Номинация: Подборки стихотворений

№ 169. БЕЗ НАЗВАНИЯ. Номинатор - Виртуальный клуб поэзии «CTUXU.RU».

      Беглец
   
   +++
   Старый город у моря. И чайки летают над баржей
   В вечном поиске рыбы. Салат поглощая со спаржей
   Одинокий седой господин из кафе «Биатриччи»
   Наслаждается тем, что его лично поиски пищи
   Завершились сегодня не в серых московских покоях
   А в уютном местечке, у столика с видом на море
   И не летом, как прежде, в Крыму, а сейчас, ближе к марту
   В городке, занесенном ещё не на каждую карту
   От того, что весь город и есть — чайки, баржа, да берег
   
   ...И куда не заносит тоска при наличии денег...
   
   +++
   Старый маленький город у моря. Прибрежные глыбы
   Пахнут ссохшимся птичьим пометом и вяленой рыбой,
   Ей же пахнет асфальт и крутых волнорезов гребёнка
   Неспособная пряди волос расчесать у ребенка,
   Но способная как–то сдержать буйство водной стихии...
   
   На единственной площади часто читают стихи и
   Вечерами танцуют у статуи древнего старца
   Содержащего в равных пропорциях ржавчину с кварцем
   Впрочем, это же можно сказать и про местные лица
   
   Редкий гость, завозимый сюда из далекой столицы,
   Оставляет таксисту на чай, но в глазах у таксиста
   Вместо слов благодарности светится «Asta la vista»
   Мол, при всем уважении, сударь, дорога обратно
   За отсутствием прочих машин выйдет вам троекратно...
   
   +++
   Одинокий седой господин гонит грустные мысли
   В этом маленьком городе с ним как–то быстро все свыклись
   [И собака у входа сегодня уже не рычала]
   Равномерный стук лодок о грузное тело причала
   Не сродни, слава Богу, привычному стуку вагонов.
   
   Если б кто–нибудь знал, сколько он перешел Рубиконов
   Сколько раз он ни слезным мольбам, ни советам не внемля
   Зарывал свой истершийся жребий в соленую землю,
   Чтобы жрать здесь салат и не слышать ни мата, ни фени...
   
   Мир вокруг продолжает к закату наращивать тени
   И уставшие чайки сбиваются в мелкие стаи.
   
   Господин достает портсигар и тихонько зевает.
   
   +++
   Старый маленький город у моря. Такая картина,
   Что посмотришь, и кажется — верно, не хлебом единым
   Должен жить человек. Правда, тот, кто лишился обеда,
   С этим будет согласен едва ли.
   
   Сочтет это бредом
   И хозяин пекарни, укрывшейся за поворотом,
   Вот уже сорок лет только хлебом одним и живет он
   Им же кормит жену и детей, им варганит заначки,
   И бывая в столице, играет. Играет на скачках..
   
   Ветер гонит горячий песок по забрызганным бунам,
   Эта ночь будет лунной. Да, да, обязательно лунной.
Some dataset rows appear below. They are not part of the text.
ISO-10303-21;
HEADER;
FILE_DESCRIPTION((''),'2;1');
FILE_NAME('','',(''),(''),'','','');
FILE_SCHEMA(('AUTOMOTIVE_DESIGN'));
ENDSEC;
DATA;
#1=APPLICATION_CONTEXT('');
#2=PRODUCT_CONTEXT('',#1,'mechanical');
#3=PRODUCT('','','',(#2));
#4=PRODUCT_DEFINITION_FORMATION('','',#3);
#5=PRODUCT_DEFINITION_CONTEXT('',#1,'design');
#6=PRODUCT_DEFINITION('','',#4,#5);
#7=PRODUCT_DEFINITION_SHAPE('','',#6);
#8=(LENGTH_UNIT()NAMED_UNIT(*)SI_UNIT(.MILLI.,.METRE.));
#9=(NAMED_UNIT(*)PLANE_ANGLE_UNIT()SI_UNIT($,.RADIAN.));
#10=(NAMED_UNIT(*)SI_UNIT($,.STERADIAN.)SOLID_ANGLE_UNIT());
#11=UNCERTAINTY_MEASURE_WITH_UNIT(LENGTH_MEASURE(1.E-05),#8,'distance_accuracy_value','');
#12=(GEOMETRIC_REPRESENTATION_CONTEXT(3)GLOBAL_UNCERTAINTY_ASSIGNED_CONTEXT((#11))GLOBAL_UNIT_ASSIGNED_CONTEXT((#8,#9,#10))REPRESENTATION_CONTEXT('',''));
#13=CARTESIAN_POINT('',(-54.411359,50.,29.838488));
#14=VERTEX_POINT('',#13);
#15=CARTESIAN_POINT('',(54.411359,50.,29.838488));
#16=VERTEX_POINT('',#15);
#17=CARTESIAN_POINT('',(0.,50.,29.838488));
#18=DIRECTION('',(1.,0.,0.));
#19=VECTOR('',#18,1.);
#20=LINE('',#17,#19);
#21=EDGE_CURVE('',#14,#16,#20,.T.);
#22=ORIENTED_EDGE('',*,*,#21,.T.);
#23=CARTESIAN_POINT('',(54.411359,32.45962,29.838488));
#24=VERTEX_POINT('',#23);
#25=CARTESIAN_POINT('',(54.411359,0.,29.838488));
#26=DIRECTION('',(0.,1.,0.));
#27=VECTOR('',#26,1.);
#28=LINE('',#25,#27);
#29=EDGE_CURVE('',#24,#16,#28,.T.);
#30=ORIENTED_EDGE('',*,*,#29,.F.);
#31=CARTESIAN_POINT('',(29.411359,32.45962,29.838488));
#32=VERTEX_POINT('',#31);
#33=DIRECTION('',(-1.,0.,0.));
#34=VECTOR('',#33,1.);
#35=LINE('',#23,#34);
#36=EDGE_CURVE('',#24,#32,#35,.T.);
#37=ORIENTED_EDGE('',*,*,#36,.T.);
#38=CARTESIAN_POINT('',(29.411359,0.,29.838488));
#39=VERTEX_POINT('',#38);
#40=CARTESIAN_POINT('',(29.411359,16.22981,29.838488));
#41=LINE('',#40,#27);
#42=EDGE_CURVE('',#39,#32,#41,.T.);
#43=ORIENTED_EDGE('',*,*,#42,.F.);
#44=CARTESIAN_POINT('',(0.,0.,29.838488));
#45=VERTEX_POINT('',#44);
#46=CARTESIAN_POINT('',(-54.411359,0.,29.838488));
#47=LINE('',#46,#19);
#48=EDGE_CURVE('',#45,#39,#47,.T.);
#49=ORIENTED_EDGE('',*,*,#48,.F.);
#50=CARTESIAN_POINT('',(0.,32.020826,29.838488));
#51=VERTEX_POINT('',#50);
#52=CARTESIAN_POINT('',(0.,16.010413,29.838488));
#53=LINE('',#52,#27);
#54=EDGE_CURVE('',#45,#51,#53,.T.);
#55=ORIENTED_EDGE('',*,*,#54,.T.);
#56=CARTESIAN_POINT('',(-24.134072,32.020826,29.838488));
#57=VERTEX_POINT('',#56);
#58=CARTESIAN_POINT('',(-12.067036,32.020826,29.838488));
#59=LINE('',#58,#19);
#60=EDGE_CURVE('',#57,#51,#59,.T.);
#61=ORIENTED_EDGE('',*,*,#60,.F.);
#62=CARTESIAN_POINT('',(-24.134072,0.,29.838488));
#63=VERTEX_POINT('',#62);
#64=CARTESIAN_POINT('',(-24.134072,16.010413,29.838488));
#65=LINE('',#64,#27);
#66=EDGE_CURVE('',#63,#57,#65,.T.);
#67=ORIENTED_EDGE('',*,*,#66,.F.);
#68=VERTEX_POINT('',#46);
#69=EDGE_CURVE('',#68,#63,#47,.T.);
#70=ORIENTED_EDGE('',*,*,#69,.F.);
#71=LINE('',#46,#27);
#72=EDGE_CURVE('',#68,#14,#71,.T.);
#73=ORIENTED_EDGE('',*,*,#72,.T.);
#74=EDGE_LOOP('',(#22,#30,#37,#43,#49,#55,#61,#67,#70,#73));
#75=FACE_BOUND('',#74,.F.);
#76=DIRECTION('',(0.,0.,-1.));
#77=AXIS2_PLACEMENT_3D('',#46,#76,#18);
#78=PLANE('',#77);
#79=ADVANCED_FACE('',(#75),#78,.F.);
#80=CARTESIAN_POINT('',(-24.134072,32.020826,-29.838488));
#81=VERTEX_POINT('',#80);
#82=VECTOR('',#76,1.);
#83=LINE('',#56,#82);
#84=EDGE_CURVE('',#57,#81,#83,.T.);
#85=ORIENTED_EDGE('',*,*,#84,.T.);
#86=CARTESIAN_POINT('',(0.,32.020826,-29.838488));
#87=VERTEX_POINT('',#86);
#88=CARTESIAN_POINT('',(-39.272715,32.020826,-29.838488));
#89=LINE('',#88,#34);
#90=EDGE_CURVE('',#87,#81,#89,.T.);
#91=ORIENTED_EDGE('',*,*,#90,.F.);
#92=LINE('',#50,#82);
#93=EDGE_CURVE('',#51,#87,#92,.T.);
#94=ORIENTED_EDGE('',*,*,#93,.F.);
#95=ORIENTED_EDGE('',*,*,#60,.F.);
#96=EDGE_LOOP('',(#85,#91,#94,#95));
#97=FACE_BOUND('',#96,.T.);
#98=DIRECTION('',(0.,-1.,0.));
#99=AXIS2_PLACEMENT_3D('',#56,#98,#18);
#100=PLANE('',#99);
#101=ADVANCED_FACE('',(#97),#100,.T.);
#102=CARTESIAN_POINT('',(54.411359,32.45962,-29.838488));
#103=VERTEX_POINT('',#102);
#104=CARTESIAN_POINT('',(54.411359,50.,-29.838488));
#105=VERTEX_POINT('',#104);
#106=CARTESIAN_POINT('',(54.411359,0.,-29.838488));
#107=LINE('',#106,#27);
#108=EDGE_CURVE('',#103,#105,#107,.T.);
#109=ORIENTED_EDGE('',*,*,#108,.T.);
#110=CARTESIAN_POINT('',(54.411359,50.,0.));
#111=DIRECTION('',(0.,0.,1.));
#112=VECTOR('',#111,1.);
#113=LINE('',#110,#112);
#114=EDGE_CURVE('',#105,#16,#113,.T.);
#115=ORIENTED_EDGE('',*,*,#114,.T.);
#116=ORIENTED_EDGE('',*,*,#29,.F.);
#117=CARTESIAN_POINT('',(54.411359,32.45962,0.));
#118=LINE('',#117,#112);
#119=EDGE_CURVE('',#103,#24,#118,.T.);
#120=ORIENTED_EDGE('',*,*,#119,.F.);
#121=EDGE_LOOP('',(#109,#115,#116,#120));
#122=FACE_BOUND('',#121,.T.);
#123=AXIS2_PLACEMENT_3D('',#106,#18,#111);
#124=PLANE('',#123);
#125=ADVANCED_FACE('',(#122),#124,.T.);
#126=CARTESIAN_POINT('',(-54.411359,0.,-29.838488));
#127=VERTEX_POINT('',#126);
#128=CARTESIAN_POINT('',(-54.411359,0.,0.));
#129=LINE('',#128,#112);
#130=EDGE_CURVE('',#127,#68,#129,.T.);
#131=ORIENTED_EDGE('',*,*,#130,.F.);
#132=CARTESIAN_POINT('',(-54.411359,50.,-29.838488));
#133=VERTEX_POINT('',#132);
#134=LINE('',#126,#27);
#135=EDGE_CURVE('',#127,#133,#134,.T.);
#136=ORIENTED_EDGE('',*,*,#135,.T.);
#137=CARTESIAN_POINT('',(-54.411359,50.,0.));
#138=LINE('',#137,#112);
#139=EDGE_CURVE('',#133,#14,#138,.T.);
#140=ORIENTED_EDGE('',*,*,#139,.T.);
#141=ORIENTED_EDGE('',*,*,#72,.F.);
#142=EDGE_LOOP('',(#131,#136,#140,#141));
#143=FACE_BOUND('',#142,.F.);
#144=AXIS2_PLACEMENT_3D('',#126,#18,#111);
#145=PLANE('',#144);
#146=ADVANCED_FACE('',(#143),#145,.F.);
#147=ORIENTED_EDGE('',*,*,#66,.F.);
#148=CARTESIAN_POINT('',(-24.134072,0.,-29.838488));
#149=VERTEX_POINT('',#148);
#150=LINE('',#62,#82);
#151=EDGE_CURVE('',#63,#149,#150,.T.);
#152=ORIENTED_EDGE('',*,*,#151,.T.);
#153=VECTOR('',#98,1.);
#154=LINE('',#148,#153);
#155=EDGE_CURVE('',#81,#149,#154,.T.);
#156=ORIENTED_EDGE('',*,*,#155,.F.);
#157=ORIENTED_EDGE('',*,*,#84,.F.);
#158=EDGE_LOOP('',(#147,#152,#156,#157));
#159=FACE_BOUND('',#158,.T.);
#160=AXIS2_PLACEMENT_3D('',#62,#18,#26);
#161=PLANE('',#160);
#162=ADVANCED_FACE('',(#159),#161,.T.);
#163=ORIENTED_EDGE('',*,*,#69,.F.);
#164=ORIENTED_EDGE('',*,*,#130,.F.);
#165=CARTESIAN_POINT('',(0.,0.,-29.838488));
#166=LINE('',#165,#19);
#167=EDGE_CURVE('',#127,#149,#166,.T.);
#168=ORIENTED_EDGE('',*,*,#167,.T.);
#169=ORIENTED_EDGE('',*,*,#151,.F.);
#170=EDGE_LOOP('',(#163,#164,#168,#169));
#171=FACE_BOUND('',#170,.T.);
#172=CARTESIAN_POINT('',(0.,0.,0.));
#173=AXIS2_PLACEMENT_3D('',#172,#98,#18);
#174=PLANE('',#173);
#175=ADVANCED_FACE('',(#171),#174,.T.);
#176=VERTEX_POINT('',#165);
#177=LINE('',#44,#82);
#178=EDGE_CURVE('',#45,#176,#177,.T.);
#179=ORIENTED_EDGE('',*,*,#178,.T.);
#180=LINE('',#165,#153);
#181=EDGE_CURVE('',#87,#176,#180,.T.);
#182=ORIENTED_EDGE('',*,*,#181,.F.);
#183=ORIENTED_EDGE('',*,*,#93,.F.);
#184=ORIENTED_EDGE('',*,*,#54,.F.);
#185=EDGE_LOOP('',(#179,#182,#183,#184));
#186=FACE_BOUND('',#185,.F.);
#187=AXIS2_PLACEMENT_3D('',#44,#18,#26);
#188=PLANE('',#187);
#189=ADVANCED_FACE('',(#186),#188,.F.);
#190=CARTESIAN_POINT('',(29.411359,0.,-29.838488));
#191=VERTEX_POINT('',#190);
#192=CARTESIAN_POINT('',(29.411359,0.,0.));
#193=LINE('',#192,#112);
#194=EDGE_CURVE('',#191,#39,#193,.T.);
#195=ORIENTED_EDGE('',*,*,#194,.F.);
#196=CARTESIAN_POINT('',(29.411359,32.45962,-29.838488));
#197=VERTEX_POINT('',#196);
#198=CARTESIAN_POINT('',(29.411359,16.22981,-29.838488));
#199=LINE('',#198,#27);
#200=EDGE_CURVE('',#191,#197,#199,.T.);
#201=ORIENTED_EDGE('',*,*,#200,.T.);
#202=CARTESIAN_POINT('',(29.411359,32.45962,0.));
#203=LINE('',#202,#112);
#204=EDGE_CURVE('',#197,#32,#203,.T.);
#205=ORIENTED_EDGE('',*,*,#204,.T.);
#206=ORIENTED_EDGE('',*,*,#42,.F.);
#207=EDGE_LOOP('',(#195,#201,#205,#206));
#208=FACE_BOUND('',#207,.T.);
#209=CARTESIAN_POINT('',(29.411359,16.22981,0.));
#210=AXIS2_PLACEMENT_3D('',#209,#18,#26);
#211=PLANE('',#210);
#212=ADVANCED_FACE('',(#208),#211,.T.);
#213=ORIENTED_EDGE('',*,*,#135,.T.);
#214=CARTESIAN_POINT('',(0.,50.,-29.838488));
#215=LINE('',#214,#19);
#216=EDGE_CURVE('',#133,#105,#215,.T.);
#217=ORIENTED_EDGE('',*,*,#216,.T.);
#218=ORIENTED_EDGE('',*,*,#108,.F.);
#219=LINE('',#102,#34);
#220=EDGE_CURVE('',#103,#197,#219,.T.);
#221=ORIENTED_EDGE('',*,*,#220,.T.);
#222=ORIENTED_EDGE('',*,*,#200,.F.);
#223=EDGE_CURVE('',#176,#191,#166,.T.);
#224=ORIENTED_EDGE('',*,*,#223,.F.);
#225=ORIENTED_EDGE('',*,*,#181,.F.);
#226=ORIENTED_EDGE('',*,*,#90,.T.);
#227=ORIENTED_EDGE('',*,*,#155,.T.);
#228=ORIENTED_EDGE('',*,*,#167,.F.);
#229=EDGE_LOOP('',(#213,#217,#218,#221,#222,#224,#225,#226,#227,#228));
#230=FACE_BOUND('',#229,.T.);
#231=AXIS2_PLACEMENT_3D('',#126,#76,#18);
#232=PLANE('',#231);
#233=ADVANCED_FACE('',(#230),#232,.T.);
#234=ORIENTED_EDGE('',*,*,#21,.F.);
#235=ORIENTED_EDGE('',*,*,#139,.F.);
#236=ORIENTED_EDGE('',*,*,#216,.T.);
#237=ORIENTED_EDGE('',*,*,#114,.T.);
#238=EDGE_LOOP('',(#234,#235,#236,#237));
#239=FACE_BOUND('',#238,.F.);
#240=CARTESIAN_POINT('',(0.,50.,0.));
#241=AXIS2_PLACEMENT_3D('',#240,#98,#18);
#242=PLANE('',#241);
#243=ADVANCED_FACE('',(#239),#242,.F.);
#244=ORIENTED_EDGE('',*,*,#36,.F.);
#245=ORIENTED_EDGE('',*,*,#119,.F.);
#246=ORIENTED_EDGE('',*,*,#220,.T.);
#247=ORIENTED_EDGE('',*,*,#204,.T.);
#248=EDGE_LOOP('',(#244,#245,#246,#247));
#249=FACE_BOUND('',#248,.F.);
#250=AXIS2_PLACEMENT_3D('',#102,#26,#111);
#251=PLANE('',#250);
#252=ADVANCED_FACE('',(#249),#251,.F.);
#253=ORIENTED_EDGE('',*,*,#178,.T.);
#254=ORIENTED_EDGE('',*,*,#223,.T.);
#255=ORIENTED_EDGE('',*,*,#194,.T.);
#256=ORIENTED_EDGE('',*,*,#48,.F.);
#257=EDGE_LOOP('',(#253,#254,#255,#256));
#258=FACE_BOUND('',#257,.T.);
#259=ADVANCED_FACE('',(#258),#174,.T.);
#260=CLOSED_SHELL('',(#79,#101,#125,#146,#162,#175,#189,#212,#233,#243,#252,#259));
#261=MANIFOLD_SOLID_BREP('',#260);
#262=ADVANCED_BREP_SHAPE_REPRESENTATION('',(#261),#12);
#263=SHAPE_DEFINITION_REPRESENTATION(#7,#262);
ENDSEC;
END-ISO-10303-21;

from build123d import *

# Parameters (mm, degrees)
F0_W     = 108.822718
F0_H     = 59.676976
F1_DEPTH = 50
F2_W     = 32.45962
F2_H     = 59.676976
F3_DEPTH = 25
F4_W     = 24.134072
F4_H     = 32.020826
F5_DEPTH = 25
F6_DEPTH = 60


with BuildPart() as f1:
    # F0 (on Front) → F1 (new body)
    with BuildSketch(Plane.XZ):
        Rectangle(F0_W, F0_H)
    extrude(amount=-F1_DEPTH)

    # F2 (on face) → F3 (cut)
    with BuildSketch(Plane.YZ.offset(54.411359)):
        with Locations((16.22981, 0)):
            Rectangle(F2_W, F2_H)
    extrude(amount=-F3_DEPTH, mode=Mode.SUBTRACT)

    # F4 (on face) → F5 (cut)
    with BuildSketch(Plane.XY.offset(29.838488)):
        with Locations((-12.067036, 16.010413)):
            Rectangle(F4_W, F4_H)
    extrude(amount=F5_DEPTH, mode=Mode.SUBTRACT)

    # F4 (on face) → F6 (cut)
    with BuildSketch(Plane.XY.offset(29.838488)):
        with Locations((-12.067036, 16.010413)):
            Rectangle(F4_W, F4_H)
    extrude(amount=-F6_DEPTH, mode=Mode.SUBTRACT)


solid = f1.part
   Шум воды нарастает, и море становится ближе,
   И за шумом не слышно уже ни вороньих интрижек,
   Ни народных гуляний, ни шелеста старой тетради
   Ни намеков судьбы, ни шагов подходящего сзади.
   
   +++
   Редкий гость изучает часы. На часах ровно девять.
   Самолет будет в полночь. Успеет. Конечно, успеет.
   В крайнем случае — чуть переплатит за скорость таксисту.
   
   Старый город не спит. Да оно и понятно — убийства,
   Здесь бывают не часто. Тем более так — без мотива...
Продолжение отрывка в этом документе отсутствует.